Description of the task
Your task is to copy the stretch of lines in the records below that begins with the line containing "f 751 202 738" and ends with the line containing "f 480 776 390", exactly as written, with nothing added.

Material for this exercise
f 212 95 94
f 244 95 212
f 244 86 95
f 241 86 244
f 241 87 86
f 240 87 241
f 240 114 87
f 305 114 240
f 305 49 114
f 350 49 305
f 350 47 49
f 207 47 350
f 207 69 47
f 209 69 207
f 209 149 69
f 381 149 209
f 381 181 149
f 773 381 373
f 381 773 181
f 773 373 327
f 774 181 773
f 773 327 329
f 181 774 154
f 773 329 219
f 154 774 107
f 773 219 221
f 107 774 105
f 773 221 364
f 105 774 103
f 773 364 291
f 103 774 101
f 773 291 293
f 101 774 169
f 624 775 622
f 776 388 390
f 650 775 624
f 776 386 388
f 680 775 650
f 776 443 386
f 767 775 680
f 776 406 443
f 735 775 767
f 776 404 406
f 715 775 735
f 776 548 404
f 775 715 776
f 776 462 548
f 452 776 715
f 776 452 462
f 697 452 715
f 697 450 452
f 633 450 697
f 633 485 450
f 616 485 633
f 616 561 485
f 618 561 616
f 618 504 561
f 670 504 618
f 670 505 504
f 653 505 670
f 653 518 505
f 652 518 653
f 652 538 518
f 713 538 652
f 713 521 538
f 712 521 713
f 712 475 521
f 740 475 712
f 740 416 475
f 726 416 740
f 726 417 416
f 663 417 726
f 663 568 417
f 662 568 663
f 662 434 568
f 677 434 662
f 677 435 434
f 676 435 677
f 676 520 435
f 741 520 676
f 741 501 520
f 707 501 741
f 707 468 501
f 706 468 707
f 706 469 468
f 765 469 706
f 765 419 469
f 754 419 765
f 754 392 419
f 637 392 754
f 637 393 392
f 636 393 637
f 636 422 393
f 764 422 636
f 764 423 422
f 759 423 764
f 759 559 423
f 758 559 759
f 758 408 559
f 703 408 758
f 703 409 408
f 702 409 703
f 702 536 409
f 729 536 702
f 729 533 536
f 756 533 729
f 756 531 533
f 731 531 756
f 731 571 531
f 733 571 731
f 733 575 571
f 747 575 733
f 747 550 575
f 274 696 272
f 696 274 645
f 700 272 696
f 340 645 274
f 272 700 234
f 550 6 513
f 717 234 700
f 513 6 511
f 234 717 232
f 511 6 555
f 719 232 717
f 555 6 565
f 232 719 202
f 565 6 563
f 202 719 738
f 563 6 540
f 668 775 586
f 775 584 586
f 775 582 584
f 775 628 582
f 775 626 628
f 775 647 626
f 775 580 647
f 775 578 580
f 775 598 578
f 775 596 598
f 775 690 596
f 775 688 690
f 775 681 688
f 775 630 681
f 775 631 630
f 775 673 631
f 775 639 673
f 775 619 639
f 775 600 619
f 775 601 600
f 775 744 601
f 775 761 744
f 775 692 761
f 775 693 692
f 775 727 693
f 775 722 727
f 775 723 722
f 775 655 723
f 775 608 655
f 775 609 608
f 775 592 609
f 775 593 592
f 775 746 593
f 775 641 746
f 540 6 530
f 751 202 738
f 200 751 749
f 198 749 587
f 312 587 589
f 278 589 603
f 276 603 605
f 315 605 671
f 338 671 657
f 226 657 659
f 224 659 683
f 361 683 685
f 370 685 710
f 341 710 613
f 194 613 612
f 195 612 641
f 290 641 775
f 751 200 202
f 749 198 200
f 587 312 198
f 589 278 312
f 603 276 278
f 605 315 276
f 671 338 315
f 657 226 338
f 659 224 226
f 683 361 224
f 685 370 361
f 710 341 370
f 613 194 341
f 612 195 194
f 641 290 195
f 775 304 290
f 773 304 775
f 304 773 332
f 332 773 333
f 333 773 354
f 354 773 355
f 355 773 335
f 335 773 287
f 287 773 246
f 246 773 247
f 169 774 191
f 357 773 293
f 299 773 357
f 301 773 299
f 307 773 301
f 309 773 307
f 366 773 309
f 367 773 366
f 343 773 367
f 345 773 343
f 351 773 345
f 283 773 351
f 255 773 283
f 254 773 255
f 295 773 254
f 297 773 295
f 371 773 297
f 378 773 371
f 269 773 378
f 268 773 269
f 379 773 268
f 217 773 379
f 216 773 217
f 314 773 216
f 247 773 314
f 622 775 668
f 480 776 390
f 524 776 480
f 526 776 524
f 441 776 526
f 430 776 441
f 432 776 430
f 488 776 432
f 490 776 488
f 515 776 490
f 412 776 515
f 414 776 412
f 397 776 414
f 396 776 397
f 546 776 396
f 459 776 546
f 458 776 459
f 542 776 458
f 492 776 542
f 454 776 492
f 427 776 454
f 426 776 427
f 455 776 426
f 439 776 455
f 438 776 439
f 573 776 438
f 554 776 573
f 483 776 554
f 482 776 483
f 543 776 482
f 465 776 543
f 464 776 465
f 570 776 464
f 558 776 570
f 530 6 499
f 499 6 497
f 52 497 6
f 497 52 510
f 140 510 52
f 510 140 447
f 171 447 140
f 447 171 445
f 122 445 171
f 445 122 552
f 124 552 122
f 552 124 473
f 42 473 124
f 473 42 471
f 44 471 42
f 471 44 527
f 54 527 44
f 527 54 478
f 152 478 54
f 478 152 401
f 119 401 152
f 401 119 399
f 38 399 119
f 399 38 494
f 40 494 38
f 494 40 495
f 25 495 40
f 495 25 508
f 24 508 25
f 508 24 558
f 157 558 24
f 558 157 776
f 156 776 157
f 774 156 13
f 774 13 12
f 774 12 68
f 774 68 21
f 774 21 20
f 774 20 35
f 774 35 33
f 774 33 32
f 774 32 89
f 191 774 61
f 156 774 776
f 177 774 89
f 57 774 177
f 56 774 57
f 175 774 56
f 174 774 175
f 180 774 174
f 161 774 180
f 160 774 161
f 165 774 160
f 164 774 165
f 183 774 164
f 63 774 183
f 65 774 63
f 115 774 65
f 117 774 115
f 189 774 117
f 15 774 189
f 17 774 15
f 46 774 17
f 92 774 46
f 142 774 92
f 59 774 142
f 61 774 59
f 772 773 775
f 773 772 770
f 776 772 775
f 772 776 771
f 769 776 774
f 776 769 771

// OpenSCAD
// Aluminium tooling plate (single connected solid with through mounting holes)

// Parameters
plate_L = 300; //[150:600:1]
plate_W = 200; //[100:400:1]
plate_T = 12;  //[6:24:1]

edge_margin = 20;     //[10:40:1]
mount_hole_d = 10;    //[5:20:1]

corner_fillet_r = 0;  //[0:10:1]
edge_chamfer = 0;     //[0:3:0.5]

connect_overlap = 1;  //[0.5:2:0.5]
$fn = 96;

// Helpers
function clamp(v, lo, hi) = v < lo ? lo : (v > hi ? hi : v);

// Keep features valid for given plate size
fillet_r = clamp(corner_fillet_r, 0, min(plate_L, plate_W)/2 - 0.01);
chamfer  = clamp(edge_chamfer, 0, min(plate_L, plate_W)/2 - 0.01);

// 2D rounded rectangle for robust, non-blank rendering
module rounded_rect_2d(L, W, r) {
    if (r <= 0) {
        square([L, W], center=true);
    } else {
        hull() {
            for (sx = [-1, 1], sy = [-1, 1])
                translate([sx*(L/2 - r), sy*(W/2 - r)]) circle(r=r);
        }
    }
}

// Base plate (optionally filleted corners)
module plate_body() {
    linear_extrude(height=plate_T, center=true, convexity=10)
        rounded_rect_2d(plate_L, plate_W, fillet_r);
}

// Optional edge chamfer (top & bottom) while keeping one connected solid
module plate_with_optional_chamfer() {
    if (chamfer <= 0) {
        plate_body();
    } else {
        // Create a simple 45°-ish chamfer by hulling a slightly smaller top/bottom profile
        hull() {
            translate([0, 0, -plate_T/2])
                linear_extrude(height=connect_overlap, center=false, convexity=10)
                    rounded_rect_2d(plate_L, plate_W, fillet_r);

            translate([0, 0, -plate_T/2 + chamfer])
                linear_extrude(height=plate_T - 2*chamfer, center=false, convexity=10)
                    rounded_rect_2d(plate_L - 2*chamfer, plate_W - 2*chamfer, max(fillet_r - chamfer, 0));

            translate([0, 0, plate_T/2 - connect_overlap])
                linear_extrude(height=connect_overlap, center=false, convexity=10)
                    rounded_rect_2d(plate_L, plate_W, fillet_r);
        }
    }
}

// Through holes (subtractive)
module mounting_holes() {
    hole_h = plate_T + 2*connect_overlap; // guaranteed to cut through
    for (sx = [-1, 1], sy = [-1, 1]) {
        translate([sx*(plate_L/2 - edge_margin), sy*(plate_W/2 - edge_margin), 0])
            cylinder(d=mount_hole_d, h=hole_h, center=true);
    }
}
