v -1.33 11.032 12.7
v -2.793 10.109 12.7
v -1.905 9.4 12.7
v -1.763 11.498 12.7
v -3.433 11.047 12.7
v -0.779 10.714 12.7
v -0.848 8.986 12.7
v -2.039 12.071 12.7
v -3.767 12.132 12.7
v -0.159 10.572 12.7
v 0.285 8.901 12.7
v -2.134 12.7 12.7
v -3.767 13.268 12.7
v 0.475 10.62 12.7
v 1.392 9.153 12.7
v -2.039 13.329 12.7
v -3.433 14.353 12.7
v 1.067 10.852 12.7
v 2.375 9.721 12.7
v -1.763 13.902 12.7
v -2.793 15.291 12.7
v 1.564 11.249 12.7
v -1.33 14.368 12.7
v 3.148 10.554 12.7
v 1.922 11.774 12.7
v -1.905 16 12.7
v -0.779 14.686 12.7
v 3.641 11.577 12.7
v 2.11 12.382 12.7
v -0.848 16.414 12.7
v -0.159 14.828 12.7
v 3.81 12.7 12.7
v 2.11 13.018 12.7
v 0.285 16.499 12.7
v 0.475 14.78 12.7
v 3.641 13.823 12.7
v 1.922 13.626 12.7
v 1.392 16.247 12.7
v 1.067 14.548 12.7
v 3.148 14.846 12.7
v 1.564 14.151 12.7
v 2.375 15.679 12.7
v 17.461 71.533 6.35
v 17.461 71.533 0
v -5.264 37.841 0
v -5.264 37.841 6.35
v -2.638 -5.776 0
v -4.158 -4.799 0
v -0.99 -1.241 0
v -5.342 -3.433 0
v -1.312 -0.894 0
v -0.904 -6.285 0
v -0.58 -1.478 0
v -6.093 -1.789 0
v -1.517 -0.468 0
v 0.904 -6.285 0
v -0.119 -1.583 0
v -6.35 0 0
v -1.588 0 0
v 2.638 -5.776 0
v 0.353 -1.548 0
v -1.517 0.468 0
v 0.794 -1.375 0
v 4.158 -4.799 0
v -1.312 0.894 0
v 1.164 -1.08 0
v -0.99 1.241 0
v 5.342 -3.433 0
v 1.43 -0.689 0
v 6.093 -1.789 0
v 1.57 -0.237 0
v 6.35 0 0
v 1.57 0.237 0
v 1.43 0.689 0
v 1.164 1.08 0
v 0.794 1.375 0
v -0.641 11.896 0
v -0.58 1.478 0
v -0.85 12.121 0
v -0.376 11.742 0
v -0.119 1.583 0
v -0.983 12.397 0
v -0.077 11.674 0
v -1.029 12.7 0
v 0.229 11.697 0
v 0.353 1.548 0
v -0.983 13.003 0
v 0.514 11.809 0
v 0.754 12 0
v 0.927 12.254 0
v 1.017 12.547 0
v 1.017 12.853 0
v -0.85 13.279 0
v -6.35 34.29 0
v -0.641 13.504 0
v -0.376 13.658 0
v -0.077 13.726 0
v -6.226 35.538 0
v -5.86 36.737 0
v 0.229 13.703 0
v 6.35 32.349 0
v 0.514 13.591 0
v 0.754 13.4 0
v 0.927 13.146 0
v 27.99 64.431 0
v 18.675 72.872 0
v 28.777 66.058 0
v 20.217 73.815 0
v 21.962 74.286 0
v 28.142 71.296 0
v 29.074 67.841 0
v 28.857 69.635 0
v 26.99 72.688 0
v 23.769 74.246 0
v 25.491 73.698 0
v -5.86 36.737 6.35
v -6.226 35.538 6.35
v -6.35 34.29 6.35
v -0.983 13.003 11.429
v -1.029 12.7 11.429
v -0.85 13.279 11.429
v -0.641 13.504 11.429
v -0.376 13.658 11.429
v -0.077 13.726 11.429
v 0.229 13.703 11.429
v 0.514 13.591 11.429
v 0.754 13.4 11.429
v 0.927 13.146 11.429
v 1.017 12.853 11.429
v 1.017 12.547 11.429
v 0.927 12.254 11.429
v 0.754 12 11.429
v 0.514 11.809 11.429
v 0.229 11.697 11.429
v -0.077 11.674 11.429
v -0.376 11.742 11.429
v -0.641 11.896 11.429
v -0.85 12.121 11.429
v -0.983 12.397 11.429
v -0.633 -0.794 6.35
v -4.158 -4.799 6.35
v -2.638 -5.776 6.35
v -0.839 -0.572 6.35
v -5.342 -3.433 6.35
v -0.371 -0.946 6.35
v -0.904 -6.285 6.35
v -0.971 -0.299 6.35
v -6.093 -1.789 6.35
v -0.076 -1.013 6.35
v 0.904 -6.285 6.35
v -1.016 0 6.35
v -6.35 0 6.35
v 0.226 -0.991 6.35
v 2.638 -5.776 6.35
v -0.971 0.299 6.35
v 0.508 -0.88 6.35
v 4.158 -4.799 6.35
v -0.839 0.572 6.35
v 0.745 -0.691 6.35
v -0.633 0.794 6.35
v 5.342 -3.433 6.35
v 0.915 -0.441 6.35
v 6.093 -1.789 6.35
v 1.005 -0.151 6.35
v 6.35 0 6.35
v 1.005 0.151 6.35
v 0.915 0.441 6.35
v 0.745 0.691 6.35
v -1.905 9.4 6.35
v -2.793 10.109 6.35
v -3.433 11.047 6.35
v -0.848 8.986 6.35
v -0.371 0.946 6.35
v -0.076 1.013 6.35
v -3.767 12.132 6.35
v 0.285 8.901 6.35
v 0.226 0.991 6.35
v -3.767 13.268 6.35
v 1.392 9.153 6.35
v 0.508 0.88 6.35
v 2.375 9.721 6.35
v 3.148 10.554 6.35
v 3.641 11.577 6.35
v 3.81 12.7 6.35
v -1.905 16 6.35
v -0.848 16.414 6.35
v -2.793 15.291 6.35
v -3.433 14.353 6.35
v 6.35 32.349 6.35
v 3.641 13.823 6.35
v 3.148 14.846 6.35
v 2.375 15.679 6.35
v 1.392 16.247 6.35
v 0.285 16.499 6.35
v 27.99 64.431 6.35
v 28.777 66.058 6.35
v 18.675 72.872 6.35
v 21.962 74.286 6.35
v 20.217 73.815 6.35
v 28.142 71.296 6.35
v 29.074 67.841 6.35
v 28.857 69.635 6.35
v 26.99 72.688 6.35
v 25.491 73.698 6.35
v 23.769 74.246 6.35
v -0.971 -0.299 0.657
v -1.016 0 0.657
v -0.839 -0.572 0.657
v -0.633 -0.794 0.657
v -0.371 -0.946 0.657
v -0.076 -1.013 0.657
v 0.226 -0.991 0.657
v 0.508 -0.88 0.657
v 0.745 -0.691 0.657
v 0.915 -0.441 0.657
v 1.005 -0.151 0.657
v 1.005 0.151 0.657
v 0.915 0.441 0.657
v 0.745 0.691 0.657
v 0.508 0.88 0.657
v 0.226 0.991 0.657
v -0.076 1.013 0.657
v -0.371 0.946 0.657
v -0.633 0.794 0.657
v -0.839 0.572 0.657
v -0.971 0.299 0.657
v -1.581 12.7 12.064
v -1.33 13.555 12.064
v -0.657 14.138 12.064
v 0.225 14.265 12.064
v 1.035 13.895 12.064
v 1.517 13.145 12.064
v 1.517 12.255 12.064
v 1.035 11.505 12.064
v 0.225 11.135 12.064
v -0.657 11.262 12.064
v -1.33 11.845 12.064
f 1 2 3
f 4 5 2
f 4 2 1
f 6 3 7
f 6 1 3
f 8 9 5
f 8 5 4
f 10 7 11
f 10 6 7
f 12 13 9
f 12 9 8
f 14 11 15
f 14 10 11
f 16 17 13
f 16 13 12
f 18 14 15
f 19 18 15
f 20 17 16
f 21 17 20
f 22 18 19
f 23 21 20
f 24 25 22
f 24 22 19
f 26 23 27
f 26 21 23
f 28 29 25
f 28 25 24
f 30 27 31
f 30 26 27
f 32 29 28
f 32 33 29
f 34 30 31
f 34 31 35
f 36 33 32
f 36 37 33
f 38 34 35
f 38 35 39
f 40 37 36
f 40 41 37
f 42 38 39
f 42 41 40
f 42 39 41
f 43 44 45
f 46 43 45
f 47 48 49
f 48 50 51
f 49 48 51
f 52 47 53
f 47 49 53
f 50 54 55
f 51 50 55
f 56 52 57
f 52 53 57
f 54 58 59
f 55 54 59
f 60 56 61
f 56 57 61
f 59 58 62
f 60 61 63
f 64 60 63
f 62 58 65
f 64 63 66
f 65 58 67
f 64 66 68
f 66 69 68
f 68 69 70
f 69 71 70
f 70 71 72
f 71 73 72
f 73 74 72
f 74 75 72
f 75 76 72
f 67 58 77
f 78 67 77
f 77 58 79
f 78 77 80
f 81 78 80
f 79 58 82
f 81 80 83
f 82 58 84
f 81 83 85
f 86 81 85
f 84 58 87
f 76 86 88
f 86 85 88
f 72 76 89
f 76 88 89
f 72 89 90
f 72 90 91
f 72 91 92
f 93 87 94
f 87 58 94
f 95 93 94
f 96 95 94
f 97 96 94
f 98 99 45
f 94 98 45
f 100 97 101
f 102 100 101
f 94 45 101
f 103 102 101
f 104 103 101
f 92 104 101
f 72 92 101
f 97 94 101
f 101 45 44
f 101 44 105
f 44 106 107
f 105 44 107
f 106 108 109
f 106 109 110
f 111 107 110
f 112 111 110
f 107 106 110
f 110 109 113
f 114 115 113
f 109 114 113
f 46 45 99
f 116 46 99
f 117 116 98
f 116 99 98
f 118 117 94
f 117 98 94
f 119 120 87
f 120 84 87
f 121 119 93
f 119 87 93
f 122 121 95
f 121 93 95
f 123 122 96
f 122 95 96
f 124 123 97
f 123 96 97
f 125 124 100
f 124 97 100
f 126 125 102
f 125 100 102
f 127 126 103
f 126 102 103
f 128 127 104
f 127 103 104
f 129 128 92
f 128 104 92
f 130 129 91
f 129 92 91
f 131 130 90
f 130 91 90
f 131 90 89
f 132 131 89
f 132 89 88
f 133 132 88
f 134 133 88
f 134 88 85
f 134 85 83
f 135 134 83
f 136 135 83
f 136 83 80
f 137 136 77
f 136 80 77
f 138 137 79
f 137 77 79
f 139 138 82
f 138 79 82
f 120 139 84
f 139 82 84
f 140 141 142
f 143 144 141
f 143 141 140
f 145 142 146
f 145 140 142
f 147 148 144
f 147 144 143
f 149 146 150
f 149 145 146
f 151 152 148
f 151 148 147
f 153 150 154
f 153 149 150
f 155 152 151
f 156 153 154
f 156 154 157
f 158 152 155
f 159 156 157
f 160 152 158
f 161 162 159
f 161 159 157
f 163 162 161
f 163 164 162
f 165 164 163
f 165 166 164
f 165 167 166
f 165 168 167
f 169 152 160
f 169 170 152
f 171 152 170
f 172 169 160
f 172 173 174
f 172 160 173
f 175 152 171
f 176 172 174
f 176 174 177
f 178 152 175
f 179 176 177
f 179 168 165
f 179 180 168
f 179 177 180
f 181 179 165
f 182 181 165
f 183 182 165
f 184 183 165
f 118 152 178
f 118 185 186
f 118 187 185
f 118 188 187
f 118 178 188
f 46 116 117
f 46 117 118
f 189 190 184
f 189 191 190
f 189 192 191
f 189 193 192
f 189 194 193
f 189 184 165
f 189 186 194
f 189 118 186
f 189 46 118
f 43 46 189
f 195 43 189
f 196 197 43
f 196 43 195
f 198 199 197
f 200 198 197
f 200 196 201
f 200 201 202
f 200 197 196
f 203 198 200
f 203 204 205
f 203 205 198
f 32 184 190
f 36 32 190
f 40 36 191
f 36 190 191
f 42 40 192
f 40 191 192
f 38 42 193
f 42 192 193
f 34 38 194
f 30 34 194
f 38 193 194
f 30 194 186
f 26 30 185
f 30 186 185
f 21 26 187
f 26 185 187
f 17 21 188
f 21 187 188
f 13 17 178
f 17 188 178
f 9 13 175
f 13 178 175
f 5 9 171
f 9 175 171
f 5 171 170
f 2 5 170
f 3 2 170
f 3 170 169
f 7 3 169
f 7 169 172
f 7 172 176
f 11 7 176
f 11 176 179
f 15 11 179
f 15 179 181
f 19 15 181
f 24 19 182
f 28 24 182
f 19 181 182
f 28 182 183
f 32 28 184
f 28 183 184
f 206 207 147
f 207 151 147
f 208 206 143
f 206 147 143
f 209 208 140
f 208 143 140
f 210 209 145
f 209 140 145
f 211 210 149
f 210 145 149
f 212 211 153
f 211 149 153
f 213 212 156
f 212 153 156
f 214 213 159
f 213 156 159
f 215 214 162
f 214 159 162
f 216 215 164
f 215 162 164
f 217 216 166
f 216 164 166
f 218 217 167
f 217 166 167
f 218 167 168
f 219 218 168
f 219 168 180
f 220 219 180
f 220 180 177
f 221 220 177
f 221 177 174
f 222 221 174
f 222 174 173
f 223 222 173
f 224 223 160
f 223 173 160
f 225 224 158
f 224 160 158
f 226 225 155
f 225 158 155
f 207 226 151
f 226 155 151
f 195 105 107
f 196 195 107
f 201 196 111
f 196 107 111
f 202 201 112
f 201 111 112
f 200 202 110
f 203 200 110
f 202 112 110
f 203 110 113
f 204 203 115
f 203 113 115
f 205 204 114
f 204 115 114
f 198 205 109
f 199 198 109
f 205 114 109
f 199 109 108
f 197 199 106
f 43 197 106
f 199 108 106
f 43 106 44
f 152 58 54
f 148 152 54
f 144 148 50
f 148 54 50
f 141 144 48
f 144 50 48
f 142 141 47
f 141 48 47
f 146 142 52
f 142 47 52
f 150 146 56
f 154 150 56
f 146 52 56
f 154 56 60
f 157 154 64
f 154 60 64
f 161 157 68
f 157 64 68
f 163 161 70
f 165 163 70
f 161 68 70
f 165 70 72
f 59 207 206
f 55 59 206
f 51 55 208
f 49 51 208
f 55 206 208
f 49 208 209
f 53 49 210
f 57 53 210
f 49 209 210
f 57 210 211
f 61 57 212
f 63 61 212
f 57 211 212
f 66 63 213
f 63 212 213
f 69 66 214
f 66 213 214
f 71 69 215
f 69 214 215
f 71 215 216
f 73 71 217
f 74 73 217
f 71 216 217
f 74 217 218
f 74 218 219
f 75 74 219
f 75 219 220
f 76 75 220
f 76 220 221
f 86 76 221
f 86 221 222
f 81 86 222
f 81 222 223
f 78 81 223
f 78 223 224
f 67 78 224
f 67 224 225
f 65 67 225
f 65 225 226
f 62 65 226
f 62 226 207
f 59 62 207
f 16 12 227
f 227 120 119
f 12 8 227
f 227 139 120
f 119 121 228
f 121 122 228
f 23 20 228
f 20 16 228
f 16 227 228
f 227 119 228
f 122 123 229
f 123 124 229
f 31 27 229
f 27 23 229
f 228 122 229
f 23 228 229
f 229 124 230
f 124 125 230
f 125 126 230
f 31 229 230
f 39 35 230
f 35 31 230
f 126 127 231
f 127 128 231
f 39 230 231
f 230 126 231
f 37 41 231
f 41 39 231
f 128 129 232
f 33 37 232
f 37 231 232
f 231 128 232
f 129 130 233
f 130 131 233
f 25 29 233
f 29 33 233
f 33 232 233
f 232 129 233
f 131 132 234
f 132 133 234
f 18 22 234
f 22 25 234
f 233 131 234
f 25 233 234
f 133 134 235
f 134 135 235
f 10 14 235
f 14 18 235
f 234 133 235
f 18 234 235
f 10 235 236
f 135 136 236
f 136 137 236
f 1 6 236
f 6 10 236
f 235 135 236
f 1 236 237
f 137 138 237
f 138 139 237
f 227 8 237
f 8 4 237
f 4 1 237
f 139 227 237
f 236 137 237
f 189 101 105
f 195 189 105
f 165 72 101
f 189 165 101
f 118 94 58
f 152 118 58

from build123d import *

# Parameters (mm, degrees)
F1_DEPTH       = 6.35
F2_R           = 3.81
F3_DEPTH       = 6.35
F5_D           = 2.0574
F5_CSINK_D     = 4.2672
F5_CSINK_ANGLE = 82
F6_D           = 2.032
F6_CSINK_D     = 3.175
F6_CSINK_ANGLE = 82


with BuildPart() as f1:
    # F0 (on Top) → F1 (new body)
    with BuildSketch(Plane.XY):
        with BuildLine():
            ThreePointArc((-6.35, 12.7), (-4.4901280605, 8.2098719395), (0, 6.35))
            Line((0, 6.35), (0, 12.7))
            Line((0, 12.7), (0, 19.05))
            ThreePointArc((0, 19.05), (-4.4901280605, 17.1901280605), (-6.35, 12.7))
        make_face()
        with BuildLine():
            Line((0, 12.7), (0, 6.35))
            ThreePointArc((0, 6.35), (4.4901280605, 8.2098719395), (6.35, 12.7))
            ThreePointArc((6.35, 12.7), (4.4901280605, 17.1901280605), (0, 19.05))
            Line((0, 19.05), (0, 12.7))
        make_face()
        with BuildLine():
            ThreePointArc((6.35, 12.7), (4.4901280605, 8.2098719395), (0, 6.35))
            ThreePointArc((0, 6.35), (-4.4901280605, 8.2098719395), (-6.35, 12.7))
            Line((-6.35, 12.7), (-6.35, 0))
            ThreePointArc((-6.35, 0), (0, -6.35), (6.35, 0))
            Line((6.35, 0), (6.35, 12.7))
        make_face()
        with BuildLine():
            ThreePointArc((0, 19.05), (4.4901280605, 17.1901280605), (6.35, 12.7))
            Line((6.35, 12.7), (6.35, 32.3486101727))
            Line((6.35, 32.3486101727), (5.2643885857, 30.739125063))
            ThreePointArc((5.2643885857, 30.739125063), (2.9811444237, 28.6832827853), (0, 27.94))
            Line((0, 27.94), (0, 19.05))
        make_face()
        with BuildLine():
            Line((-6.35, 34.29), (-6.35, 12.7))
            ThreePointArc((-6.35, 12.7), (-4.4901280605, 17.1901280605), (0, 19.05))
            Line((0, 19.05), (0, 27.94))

The completed task
f 751 202 738
f 200 751 749
f 198 749 587
f 312 587 589
f 278 589 603
f 276 603 605
f 315 605 671
f 338 671 657
f 226 657 659
f 224 659 683
f 361 683 685
f 370 685 710
f 341 710 613
f 194 613 612
f 195 612 641
f 290 641 775
f 751 200 202
f 749 198 200
f 587 312 198
f 589 278 312
f 603 276 278
f 605 315 276
f 671 338 315
f 657 226 338
f 659 224 226
f 683 361 224
f 685 370 361
f 710 341 370
f 613 194 341
f 612 195 194
f 641 290 195
f 775 304 290
f 773 304 775
f 304 773 332
f 332 773 333
f 333 773 354
f 354 773 355
f 355 773 335
f 335 773 287
f 287 773 246
f 246 773 247
f 169 774 191
f 357 773 293
f 299 773 357
f 301 773 299
f 307 773 301
f 309 773 307
f 366 773 309
f 367 773 366
f 343 773 367
f 345 773 343
f 351 773 345
f 283 773 351
f 255 773 283
f 254 773 255
f 295 773 254
f 297 773 295
f 371 773 297
f 378 773 371
f 269 773 378
f 268 773 269
f 379 773 268
f 217 773 379
f 216 773 217
f 314 773 216
f 247 773 314
f 622 775 668
f 480 776 390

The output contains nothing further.